Hot off the wire. “Do not eat cookie dough.” It seems like common sense but the local news just reported it. I love living in different cities.  Local news is mostly background noise, but there are gems.

Back when I was an archeologist I was in traveling across the US for six years, going hotel to hotel for contract work. Of course, the TV is the first thing you check in a hotel. Whatever the case may be, local news is a necessity.

Watching the local news was the first thing any good archeologist would do. Most importantly, the weather maps. Sure, 90% of the crew was looking for rain, and a reason not to work the next day. The other 10% were wondering what happens to the site when it rains.

More to the point, what has happened over the course of thousands of years when it had rained. Especially, when it is raining like it is now; steady, flowing quickly through the karst topography, funneling faster in the canyon creeks, exposing red clay and making bridges impassible.

The first time I watched the local news in Austin, after moving from New Orleans, I remember that it was such a quaint story. It isn’t Rome, New York, Chicago type news. It was Texas and they were serious.

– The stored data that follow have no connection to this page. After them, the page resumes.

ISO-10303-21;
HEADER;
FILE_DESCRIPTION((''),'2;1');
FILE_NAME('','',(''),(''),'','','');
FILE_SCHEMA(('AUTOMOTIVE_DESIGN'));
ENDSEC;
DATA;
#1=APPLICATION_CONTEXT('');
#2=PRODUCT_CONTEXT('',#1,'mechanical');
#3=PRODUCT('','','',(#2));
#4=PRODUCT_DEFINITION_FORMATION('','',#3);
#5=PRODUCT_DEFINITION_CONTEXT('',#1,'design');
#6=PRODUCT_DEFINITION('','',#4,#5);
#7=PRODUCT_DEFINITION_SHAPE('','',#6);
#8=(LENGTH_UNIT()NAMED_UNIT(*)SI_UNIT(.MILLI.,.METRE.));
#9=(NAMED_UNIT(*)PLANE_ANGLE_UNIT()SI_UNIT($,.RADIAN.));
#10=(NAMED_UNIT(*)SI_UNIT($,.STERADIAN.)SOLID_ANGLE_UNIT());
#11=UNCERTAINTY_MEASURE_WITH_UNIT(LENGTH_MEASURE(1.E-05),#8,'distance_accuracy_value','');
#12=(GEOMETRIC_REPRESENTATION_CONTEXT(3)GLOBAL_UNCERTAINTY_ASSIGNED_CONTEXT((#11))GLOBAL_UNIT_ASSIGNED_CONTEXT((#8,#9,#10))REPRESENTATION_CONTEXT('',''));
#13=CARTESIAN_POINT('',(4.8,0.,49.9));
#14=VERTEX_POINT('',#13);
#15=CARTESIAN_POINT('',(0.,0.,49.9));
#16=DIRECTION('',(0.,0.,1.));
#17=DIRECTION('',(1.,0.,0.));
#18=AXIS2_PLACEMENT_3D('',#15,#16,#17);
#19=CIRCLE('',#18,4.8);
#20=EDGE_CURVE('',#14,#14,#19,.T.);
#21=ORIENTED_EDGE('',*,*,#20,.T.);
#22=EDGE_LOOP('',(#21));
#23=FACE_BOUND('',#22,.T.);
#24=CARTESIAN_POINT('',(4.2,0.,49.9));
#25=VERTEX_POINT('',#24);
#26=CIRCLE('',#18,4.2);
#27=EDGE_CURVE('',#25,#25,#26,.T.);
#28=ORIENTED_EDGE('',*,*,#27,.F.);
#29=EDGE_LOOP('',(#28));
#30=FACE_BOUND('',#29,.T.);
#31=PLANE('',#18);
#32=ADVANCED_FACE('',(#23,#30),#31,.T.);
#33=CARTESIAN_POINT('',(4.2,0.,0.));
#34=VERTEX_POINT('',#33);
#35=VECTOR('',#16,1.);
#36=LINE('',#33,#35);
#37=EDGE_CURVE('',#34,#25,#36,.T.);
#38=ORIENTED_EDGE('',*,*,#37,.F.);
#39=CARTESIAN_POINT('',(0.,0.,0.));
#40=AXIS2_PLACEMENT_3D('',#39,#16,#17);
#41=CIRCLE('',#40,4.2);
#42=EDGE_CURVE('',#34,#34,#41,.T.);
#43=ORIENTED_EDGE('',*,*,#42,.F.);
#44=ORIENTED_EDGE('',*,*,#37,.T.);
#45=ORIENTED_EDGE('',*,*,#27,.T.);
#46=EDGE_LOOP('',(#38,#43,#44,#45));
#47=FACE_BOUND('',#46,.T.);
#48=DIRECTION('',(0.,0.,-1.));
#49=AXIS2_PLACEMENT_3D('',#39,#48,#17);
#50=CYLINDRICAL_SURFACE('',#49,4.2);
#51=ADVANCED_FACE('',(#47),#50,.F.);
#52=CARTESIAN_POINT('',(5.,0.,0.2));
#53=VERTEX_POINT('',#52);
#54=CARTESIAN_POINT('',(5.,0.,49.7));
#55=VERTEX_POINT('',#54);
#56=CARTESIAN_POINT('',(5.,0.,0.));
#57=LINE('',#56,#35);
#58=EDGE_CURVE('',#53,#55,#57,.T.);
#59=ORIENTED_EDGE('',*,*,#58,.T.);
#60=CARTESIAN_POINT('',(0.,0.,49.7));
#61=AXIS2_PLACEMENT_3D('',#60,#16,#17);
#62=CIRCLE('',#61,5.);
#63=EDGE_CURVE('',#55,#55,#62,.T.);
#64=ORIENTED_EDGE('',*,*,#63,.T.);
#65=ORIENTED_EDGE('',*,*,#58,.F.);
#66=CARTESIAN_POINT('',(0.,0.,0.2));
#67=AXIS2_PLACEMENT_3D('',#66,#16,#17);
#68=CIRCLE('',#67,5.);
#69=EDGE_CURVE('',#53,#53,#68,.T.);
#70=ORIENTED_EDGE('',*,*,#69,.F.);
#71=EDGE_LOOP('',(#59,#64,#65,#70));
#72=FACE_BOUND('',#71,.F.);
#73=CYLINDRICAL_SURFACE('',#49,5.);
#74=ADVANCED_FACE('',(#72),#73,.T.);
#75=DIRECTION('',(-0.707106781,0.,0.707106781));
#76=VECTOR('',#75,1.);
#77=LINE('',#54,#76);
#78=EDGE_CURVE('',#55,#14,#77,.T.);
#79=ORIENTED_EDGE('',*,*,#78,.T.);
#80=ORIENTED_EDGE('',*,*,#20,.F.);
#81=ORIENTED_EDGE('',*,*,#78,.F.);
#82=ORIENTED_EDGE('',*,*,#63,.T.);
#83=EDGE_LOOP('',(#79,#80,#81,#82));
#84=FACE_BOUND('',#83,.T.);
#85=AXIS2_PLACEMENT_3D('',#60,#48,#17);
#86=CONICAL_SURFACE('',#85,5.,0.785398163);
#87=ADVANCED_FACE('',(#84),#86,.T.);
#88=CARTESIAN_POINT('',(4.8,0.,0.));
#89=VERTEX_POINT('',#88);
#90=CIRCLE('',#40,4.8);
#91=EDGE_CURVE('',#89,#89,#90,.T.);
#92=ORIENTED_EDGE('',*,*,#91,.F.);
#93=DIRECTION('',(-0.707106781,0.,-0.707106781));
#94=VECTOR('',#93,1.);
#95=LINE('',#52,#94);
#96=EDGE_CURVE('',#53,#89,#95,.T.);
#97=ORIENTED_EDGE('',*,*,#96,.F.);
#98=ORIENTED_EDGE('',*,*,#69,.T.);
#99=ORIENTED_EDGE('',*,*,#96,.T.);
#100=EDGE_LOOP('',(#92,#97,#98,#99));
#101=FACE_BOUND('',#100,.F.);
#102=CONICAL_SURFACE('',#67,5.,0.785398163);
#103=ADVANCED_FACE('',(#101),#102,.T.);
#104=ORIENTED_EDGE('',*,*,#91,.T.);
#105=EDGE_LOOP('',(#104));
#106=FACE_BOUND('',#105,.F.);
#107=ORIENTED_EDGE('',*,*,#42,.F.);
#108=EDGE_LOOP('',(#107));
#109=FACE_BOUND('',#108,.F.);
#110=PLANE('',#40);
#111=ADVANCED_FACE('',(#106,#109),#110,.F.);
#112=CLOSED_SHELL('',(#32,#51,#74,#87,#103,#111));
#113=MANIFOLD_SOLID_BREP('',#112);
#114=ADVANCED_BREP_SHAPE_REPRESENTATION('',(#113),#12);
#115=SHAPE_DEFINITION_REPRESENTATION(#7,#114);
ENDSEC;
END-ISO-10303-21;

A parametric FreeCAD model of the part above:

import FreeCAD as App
import Part
import Sketcher
from FreeCAD import Vector


def edges_at(feature, points):
    """Names of the edges that pass closest to the given points."""
    edges = feature.Shape.Edges
    near = lambda p: min(range(len(edges)), key=lambda i: edges[i].distToShape(Part.Vertex(*p))[0])
    return sorted({f"Edge{near(p) + 1}" for p in points})

doc = App.newDocument("Part")
body = doc.addObject("PartDesign::Body", "Body")

sketch1 = body.newObject("Sketcher::SketchObject", "Sketch")
sketch1.AttachmentSupport = (doc.getObject("XY_Plane"), [""])
sketch1.MapMode = "FlatFace"
sketch1.addGeometry(Part.Circle(Vector(0, 0, 0), Vector(0, 0, 1), 5), False)
sketch1.addGeometry(Part.Circle(Vector(0, 0, 0), Vector(0, 0, 1), 4.2), False)
sketch1.addConstraint(Sketcher.Constraint("Coincident", 0, 3, -1, 1))
sketch1.addConstraint(Sketcher.Constraint("Coincident", 1, 3, -1, 1))
sketch1.addConstraint(Sketcher.Constraint("Diameter", 0, 10.0))
sketch1.addConstraint(Sketcher.Constraint("Diameter", 1, 8.4))
pad1 = body.newObject("PartDesign::Pad", "Pad")
pad1.Profile = sketch1
pad1.Length = 49.9
doc.recompute()

chamfer = body.newObject("PartDesign::Chamfer", "Chamfer")
chamfer.Base = (pad1, edges_at(pad1, [(-4.662, -1.808, 49.9)]))
chamfer.Size = 0.2
doc.recompute()

chamfer2 = body.newObject("PartDesign::Chamfer", "Chamfer001")
chamfer2.Base = (chamfer, edges_at(chamfer, [(-4.662, -1.808, 0)]))
chamfer2.Size = 0.2

doc.recompute()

Apparently, three guys were coming home from a toga party and decided to cross a low spot in the river. There is a reason the nice lady was saying “Turn Around Don’t Drown”. Their mugs shots were blazed in my mind. The lesson was real. Never wear a white toga when crossing a river in a Texan thunderstorm in the Hill Country with no cell phone. 

Note to self. If wearing a toga always carry your cell phone.